5. Numerical examples

5.1. Increase linear buckling resistance

The guided interactive infill topology optimisation is demonstrated on a 2D benchmark short cantilever example as shown in Figure 5(a). The objective is to minimise compliance subject to a volume fraction, $f=0.15$. The number of elements in the x  – and y  – direction is 90 and 210, respectively. The number of elements in the pattern patch in the x  – and y  – direction is 20 for both directions and the appearance constraint parameter$\gamma$ is 0.3.

Figure 5. (a) Design domain for a short cantilever design domain. (b) traditional compliance optimised structure, (c) user drawn infill for the patch, (d) full infill pattern for the entire design domain, (e) user drawn ROI on overlaid infill pattern and the interim 50-iteration optimised design, and (f) converged optimised design for guided interactive infill optimisation.

The short cantilever is first designed using traditional compliance topology optimisation, as shown in Figure 5(b). However, the structure is prone to buckling due to the slenderness ratio of the lower member being in compression. The user would like to reduce this failure mode and thereby, increase the maximum buckling carrying capacity of the structure by enforcing a customised infill in the lower member of the structure. Therefore, one draws an infill pattern shown in Figure 5(c, d) and chooses the lower region ROI shown in Figure 5(e).

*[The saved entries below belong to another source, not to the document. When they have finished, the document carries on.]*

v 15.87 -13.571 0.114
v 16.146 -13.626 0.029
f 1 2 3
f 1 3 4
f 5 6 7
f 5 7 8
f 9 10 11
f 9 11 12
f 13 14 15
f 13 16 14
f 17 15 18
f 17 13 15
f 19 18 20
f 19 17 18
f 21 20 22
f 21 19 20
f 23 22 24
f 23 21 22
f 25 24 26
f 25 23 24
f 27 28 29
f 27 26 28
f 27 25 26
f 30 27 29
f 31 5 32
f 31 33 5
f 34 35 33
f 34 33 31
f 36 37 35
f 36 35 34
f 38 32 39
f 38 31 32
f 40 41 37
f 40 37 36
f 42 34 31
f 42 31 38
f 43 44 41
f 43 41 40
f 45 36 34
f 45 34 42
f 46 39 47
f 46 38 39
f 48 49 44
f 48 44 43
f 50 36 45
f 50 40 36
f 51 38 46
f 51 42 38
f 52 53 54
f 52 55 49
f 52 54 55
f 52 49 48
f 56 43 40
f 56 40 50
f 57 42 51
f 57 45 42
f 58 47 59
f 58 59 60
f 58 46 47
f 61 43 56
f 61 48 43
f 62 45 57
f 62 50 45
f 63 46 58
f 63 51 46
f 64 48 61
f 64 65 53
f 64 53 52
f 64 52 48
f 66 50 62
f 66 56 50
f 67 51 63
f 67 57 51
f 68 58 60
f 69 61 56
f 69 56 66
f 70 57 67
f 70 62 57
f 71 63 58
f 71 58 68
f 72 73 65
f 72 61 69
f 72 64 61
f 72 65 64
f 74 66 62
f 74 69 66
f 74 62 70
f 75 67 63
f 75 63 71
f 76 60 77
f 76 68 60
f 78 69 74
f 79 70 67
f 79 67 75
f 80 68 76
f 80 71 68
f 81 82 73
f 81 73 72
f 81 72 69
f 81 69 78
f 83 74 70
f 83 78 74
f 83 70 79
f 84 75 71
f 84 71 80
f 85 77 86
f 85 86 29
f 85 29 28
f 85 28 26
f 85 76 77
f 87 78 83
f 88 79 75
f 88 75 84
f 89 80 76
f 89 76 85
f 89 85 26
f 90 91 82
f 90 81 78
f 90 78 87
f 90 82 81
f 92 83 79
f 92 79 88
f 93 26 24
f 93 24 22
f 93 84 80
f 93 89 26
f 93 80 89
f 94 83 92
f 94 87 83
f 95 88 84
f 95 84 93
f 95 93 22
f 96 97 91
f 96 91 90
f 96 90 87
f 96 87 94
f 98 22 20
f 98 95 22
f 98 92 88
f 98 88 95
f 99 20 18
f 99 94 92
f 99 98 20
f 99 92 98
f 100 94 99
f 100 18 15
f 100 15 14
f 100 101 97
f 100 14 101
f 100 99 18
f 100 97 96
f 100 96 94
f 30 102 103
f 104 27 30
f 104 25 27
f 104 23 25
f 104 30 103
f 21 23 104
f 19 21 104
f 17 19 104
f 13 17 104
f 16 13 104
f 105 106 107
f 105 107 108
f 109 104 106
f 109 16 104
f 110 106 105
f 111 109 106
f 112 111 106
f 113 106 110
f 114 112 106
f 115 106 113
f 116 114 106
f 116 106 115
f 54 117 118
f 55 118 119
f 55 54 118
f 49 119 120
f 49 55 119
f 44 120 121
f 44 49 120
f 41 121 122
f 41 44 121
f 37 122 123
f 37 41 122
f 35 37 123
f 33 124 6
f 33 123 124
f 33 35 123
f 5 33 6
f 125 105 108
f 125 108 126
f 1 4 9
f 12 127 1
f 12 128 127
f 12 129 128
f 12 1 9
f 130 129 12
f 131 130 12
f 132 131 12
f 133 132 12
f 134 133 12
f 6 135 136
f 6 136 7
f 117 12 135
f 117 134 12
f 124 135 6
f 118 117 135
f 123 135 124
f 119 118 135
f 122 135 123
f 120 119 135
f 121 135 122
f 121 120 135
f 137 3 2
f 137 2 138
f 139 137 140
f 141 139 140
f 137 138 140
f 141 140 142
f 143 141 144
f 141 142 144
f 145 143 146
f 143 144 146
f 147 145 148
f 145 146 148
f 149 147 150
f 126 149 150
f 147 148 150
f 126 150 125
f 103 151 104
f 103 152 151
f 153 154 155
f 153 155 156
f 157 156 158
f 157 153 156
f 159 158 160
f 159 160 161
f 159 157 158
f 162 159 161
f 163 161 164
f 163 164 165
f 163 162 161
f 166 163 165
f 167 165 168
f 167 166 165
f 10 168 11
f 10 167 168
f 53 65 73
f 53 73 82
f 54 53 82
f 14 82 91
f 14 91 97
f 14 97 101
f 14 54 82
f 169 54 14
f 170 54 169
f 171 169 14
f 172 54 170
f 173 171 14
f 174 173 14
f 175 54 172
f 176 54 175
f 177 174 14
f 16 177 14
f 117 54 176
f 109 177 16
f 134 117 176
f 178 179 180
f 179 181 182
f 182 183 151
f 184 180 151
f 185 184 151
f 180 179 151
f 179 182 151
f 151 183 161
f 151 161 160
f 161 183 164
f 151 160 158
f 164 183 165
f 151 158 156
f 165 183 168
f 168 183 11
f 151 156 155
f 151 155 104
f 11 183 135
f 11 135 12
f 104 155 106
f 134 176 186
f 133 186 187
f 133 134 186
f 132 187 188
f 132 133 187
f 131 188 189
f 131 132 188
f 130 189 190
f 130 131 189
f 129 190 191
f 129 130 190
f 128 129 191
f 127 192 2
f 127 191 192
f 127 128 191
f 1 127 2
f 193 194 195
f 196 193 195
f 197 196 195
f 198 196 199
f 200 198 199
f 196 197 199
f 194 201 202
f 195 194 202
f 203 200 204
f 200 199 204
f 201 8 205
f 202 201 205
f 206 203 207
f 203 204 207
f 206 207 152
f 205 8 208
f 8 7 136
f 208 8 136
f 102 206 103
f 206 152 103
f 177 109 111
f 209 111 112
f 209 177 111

The final optimised design is shown in Figure 5(f) for the entire workflow using the guided interactive infill optimisation approach. The small holes in the final, converged design of Figure 5(f) could pose a challenge to manufacturability but can be mitigated by imposing a two-phase minimum length scale of the solid and void material phases.

Both optimised structures in Figure 5(b, f) are post-processed as 2D shell finite element models using the finite element solver Abaqus [71], subject to the initial load, material properties, and boundary conditions. The guided interactive infill optimised cantilever structure in Figure 6(b) has a 39.3% higher compliance than the traditional compliance optimised structure in Figure 6(a). However, the traditional compliance optimised design is highly prone to buckling due to its high slenderness ratio. A linear eigenvalue buckling analysis demonstrates that the guided interactive infill topology optimised design yields a 147% increase in the lowest buckling eigenvalue for the dimensionless, normalised displacement plots for the given linear buckling eigenmodes in Figure 6. Although the coating material surrounding the infill pattern provides the main structural capacity for the linear buckling stability, rather than the infill itself, the material distribution shown in Figure 6(b) is the direct result of the changes by the user enforced on the material layout of the optimised design.

Figure 6. Lowest linear buckling eigenvalue and normalised displacements of the eigenmodes showing the failure location for the (a) traditional compliance optimised short cantilever and the (b) guided interactive infill topology optimised short cantilever, respectively.

Interactive infill topology optimisation can also be applied to more challenging design problems to increase the buckling resistance, such as the L-bracket shown in Figure 7(a). The objective is to minimise compliance subject to a volume fraction, $f=0.25$. The number of elements in the x  – and y  – direction is 200. The number of elements in the pattern patch in the x  – and y  – direction is 20 for both directions and the appearance constraint parameter$\gamma$ is 0.3.

Figure 7. (a) Design domain for a L-bracket. (b) Traditional compliance topology optimised design. (c) Drawn O-infill for the patch, (c) full O-infill pattern, (d) ROI, (e) converged interactive infill topology optimised design.

The traditional topology optimised L-bracket is shown in Figure 7(b). Based on their engineering intuition, a user identifies that the left upper member of the traditional optimised L-bracket would be the most likely to buckle under the loading shown in Figure 7(a). Therefore, the user draws the infill pattern shown in Figure 7(c,d) and ROI in Figure 7(e). The converged, interactively modified design is shown in Figure 7(f). As in the short cantilever example, the L-brackets are post-processed in Abaqus and yield the buckling shapes shown in Figure 8.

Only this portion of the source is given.